(Data excerpts)
%%

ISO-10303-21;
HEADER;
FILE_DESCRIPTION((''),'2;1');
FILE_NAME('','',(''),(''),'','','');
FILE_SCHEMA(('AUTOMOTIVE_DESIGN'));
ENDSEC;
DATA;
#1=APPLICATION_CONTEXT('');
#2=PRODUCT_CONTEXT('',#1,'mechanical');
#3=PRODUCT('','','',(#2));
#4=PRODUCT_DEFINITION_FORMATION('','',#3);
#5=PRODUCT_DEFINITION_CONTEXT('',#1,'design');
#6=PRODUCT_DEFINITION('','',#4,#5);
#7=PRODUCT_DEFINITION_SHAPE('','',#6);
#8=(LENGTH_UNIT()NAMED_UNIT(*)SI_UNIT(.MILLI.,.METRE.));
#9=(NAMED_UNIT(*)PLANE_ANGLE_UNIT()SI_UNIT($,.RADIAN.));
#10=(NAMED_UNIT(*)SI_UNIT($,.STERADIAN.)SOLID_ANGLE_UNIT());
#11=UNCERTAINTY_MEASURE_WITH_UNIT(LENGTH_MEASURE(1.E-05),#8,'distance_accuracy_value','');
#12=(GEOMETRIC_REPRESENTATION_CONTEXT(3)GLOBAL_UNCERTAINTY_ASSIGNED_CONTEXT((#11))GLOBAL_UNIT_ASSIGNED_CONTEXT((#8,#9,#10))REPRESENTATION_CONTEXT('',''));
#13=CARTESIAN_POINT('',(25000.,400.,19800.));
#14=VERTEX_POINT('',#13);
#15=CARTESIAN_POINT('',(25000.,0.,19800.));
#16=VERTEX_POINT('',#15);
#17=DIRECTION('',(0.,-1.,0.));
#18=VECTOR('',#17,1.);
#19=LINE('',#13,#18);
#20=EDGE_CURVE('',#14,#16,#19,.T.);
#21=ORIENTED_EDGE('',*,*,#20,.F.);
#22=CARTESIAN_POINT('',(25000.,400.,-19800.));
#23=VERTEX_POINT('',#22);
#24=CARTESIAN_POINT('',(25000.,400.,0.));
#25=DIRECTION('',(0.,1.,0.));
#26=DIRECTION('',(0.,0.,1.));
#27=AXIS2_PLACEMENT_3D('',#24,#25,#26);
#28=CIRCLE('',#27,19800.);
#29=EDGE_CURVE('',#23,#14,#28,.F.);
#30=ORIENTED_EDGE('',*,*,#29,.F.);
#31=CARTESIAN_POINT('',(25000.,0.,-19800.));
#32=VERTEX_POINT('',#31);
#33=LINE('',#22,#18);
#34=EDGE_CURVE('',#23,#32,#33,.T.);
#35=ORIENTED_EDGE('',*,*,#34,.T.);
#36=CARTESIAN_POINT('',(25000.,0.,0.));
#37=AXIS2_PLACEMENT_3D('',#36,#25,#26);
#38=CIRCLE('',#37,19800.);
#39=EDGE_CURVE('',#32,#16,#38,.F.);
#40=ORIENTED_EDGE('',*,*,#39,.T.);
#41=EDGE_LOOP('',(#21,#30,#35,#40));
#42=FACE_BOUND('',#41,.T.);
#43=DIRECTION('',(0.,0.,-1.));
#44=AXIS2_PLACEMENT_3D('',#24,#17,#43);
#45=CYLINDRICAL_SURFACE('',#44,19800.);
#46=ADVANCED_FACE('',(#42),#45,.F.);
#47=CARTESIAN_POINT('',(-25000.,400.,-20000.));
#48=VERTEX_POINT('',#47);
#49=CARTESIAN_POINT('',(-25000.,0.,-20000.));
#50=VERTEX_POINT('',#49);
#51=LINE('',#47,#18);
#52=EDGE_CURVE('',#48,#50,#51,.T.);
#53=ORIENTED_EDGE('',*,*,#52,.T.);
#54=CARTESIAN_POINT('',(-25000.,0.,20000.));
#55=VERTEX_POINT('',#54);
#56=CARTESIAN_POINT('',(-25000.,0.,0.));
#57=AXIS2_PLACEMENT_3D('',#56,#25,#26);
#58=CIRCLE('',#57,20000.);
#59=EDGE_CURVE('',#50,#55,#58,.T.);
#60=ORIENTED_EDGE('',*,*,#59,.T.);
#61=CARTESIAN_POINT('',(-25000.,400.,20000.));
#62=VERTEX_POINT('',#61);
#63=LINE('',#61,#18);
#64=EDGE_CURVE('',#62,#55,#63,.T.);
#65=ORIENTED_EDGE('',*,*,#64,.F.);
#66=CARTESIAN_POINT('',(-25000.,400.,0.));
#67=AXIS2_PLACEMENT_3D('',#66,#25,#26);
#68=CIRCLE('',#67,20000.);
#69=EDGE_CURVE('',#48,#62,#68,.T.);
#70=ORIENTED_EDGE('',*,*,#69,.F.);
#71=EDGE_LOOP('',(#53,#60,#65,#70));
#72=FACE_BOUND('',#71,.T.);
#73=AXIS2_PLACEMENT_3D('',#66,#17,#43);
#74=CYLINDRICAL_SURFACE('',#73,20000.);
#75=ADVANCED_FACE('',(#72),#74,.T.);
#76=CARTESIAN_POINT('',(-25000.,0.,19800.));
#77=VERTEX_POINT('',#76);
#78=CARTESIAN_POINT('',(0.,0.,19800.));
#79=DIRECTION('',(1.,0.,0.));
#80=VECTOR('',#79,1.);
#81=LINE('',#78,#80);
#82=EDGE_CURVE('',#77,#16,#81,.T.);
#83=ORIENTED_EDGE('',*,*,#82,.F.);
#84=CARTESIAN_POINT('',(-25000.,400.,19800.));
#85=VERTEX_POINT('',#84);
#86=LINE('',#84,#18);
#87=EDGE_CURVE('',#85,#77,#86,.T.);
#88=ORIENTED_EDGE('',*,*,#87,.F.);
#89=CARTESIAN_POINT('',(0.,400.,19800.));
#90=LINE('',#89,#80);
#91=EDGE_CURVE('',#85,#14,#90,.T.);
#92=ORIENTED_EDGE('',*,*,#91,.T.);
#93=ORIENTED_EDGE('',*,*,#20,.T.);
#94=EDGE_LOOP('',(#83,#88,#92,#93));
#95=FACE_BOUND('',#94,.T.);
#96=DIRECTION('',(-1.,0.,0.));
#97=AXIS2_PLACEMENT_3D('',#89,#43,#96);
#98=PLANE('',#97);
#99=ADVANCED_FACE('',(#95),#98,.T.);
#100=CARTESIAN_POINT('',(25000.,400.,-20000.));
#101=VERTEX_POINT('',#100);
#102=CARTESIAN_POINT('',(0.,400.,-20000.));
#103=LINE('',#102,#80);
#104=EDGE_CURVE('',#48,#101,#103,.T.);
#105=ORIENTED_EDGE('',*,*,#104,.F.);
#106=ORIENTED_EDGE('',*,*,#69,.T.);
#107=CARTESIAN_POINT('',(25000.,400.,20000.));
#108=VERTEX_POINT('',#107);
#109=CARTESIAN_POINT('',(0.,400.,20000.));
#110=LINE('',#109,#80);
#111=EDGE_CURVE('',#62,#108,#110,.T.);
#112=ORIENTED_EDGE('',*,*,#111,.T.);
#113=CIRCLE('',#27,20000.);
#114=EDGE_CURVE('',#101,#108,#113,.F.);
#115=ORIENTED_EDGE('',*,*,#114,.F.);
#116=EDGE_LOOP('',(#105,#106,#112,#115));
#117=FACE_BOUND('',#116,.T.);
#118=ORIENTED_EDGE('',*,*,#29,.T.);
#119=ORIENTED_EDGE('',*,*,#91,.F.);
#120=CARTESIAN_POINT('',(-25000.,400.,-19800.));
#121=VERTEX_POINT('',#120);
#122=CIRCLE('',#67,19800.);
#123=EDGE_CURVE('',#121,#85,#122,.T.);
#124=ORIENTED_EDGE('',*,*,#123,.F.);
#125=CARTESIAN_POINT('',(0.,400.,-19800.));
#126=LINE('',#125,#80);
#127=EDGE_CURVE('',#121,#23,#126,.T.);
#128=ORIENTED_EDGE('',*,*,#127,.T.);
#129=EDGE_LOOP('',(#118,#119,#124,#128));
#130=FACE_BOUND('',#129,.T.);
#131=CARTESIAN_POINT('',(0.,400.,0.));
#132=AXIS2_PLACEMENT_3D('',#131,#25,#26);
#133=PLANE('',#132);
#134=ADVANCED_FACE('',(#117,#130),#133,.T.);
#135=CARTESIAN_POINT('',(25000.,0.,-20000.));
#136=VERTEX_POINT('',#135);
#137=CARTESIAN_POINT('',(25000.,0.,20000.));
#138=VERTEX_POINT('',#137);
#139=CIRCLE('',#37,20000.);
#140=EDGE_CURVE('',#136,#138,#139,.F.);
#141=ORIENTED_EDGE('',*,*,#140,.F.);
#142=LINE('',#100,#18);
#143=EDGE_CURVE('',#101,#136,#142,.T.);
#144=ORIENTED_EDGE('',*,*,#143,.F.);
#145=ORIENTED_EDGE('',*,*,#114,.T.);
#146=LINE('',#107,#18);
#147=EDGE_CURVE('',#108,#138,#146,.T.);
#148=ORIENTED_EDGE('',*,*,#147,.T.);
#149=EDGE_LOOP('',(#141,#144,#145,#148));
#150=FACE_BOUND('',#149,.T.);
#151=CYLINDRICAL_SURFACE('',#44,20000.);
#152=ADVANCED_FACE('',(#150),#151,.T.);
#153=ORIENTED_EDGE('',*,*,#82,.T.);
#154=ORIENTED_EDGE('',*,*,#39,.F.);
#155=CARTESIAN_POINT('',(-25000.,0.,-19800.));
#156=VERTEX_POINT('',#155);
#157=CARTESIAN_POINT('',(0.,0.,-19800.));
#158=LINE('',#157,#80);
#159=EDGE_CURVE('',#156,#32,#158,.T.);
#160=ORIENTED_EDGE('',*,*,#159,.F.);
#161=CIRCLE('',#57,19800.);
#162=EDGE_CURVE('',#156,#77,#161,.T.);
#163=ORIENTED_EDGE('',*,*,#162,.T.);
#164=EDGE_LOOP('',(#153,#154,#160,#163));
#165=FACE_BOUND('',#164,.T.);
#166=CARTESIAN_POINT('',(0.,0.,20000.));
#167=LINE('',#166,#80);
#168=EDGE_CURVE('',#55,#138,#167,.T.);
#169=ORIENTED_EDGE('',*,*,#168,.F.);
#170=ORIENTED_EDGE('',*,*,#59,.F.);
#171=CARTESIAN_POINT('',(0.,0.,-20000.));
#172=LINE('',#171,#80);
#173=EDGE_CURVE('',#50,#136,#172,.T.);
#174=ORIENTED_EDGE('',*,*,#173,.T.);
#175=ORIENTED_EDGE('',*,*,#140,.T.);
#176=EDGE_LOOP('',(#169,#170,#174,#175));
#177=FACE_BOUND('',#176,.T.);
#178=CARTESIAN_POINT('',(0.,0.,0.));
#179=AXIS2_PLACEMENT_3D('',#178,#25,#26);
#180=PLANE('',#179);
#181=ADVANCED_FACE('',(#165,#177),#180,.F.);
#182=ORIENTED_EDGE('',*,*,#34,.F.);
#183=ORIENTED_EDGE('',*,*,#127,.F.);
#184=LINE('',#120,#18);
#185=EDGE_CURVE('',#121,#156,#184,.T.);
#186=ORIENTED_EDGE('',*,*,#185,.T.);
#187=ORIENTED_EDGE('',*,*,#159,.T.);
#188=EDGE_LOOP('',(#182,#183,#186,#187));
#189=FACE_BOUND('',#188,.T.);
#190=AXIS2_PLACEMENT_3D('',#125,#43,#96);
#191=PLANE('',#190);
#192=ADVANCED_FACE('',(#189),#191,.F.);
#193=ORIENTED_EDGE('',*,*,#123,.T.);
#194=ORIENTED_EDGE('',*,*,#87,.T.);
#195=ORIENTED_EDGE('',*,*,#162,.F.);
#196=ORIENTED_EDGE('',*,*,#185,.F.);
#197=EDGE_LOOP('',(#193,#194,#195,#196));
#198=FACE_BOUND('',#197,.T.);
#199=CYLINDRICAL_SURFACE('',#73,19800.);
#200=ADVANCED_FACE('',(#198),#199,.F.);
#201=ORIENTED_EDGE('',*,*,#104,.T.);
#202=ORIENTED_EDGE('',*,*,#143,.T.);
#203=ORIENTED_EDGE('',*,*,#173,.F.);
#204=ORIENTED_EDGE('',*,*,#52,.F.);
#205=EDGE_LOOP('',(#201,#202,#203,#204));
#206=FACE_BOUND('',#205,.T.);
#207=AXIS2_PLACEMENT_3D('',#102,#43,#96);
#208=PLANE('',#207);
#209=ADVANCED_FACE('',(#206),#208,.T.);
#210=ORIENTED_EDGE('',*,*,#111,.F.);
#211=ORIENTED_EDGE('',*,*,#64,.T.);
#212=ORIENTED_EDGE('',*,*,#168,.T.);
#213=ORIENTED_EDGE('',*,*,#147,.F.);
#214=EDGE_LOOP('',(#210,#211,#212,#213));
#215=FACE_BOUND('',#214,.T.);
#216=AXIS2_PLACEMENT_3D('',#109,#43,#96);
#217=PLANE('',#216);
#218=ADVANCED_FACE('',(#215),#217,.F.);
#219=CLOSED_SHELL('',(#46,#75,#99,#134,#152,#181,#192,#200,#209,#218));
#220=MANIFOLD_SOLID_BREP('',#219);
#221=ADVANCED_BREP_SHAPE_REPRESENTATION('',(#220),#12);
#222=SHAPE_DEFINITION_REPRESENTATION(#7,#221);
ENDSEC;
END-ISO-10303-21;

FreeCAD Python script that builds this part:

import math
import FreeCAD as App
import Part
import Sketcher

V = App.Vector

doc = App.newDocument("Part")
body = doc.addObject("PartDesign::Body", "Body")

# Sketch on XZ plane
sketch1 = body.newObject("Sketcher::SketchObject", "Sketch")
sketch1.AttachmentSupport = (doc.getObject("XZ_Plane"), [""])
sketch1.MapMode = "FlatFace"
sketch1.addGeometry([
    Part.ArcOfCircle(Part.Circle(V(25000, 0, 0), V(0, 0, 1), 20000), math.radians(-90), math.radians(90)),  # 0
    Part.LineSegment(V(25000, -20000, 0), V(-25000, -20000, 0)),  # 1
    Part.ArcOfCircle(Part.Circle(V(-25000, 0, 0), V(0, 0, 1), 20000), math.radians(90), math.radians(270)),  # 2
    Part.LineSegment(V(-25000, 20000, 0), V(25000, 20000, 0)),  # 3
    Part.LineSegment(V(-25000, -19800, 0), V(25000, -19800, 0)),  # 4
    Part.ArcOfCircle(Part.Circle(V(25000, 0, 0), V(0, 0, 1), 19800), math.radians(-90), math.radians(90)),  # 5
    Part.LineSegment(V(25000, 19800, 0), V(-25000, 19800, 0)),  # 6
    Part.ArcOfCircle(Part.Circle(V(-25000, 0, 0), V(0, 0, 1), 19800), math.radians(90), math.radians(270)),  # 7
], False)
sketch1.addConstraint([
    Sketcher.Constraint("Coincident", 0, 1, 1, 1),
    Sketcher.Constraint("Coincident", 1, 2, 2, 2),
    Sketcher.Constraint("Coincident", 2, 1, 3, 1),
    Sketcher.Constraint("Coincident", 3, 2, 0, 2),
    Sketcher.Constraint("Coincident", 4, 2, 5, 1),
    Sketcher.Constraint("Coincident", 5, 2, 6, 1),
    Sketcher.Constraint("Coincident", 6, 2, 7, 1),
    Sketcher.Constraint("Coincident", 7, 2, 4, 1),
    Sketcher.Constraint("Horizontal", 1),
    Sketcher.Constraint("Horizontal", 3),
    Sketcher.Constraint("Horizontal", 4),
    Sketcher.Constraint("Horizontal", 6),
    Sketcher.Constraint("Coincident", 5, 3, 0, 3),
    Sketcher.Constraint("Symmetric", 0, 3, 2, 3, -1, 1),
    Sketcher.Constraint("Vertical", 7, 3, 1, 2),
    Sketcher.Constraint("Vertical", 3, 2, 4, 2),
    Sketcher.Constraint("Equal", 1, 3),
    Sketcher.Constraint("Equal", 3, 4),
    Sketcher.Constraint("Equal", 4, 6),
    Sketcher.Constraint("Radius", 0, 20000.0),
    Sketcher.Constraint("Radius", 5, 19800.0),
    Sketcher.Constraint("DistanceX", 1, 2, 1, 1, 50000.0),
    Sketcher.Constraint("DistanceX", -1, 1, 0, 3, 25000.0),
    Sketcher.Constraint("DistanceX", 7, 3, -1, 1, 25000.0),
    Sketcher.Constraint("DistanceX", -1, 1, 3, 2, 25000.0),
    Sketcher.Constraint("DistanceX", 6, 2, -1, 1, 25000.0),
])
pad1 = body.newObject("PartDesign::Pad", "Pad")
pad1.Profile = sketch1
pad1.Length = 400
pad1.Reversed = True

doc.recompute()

%%

Retype the records above from the very first line down to the line with "#3=PRODUCT('','','',(#2));", keeping both of those lines. Include nothing beyond them.

ISO-10303-21;
HEADER;
FILE_DESCRIPTION((''),'2;1');
FILE_NAME('','',(''),(''),'','','');
FILE_SCHEMA(('AUTOMOTIVE_DESIGN'));
ENDSEC;
DATA;
#1=APPLICATION_CONTEXT('');
#2=PRODUCT_CONTEXT('',#1,'mechanical');
#3=PRODUCT('','','',(#2));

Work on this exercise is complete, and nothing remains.